▶ _What to do_
From the entries below, output the line with "from build123d import *" and each following line up to and including the line with "The same part", exactly as written.

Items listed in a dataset
[Start of section]
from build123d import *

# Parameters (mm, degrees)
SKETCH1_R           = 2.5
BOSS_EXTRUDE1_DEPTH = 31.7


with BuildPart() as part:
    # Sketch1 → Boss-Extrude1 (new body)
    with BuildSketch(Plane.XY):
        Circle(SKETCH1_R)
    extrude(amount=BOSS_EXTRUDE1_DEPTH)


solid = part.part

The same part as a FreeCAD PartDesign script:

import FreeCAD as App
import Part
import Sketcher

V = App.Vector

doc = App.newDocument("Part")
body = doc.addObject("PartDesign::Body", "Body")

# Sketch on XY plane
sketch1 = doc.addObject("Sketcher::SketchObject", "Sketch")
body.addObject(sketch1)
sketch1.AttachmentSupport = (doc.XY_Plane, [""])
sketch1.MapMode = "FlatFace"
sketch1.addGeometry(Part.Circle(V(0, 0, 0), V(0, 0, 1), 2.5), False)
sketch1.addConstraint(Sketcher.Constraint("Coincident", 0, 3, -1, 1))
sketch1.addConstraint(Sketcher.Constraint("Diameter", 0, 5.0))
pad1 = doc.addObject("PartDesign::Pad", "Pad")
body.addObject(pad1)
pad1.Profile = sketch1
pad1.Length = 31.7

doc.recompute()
[End of section]
[Start of section]
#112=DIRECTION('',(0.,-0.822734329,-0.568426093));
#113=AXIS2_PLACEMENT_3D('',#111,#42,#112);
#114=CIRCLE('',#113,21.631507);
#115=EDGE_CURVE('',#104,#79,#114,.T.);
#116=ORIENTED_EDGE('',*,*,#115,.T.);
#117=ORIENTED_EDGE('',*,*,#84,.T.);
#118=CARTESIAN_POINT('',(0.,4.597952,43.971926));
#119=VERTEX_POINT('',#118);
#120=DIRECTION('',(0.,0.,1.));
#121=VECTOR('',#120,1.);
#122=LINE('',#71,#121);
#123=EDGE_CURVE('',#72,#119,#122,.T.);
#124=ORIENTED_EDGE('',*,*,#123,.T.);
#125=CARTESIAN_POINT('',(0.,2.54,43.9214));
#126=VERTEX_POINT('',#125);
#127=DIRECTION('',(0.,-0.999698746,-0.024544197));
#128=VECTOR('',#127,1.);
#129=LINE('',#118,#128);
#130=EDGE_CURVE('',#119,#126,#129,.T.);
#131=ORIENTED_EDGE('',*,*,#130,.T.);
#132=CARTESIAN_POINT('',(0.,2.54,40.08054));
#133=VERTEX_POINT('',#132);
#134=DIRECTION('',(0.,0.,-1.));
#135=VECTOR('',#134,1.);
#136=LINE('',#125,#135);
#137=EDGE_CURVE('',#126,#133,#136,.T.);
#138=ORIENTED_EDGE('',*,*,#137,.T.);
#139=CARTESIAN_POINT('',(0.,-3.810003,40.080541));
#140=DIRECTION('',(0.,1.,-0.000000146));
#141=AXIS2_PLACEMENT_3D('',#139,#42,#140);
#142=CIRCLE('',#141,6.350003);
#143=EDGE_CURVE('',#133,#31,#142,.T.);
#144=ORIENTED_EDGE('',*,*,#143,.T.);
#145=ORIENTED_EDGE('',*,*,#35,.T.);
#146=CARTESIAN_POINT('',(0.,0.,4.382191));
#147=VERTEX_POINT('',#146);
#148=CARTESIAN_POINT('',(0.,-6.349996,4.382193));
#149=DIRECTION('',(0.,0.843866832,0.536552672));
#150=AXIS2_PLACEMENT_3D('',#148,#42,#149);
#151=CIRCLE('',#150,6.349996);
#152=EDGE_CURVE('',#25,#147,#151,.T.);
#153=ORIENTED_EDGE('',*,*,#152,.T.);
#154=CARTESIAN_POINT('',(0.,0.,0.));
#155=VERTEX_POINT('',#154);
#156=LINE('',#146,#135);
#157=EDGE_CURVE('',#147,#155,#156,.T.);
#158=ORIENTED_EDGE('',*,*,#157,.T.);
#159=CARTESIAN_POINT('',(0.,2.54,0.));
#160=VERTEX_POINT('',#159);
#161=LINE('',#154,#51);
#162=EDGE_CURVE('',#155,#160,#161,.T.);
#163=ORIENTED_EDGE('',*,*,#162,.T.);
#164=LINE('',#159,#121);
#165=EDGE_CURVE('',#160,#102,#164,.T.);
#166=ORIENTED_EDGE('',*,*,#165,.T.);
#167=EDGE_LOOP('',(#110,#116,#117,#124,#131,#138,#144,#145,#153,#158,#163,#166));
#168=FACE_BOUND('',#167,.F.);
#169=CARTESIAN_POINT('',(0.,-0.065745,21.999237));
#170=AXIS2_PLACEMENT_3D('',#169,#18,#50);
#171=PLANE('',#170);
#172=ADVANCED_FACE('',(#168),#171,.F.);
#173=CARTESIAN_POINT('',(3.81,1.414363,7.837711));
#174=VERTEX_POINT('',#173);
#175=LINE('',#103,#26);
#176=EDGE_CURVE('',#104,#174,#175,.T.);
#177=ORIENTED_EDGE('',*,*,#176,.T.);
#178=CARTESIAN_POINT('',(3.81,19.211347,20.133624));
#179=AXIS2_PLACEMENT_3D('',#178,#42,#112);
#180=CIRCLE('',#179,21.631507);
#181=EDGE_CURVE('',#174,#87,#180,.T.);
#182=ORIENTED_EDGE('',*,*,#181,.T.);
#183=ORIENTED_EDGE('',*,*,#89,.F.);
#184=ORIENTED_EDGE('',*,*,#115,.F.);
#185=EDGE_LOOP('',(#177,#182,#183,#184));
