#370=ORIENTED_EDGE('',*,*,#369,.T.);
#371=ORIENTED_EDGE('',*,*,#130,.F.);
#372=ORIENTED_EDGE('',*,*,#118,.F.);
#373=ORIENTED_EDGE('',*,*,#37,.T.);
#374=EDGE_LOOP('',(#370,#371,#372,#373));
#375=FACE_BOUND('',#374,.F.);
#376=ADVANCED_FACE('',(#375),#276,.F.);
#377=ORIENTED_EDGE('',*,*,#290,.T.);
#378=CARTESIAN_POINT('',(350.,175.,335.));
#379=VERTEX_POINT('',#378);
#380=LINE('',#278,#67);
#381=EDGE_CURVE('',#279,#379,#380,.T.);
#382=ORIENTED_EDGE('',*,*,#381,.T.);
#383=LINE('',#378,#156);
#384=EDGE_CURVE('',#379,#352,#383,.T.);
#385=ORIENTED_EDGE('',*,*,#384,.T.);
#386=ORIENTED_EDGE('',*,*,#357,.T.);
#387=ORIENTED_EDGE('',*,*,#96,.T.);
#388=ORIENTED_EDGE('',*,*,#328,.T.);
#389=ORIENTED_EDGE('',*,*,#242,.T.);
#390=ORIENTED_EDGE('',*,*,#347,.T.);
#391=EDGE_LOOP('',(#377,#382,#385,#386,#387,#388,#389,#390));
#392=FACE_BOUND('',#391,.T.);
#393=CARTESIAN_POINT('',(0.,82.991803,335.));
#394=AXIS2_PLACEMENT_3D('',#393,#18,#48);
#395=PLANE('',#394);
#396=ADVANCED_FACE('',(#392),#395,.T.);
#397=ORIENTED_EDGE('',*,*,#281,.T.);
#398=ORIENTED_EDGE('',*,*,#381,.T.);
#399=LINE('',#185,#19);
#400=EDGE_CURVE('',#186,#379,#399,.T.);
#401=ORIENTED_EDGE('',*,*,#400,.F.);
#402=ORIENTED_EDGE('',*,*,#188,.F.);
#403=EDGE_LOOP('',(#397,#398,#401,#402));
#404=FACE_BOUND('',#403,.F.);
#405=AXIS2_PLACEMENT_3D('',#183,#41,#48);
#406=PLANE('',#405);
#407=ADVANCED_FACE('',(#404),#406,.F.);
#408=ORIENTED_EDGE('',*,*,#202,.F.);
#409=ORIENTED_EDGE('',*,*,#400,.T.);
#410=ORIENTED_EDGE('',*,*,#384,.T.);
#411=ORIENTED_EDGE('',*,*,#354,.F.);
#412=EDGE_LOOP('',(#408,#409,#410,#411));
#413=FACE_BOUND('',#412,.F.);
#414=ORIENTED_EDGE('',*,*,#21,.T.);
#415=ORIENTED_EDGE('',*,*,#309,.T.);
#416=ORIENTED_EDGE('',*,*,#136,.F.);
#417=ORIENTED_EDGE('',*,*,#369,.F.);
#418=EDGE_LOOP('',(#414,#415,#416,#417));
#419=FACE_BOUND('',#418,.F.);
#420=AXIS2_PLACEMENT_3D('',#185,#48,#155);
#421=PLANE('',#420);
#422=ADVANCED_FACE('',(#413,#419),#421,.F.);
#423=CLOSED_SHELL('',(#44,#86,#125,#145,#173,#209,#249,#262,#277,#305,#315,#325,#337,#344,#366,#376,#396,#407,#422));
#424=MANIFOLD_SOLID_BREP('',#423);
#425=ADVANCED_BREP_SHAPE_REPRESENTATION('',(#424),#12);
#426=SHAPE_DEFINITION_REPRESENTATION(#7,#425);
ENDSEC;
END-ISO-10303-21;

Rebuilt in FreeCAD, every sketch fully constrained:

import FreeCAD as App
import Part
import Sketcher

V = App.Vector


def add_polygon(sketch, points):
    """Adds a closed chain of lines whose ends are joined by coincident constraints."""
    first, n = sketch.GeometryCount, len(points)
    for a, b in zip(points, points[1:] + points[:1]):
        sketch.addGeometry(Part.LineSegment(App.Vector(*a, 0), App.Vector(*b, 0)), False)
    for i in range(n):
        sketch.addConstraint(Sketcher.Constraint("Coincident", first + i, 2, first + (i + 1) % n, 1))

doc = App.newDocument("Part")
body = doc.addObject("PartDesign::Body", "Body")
[End of section]
▶ _Task output_
from build123d import *

# Parameters (mm, degrees)
SKETCH1_R           = 2.5
BOSS_EXTRUDE1_DEPTH = 31.7


with BuildPart() as part:
    # Sketch1 → Boss-Extrude1 (new body)
    with BuildSketch(Plane.XY):
        Circle(SKETCH1_R)
    extrude(amount=BOSS_EXTRUDE1_DEPTH)


solid = part.part

The same part as a FreeCAD PartDesign script:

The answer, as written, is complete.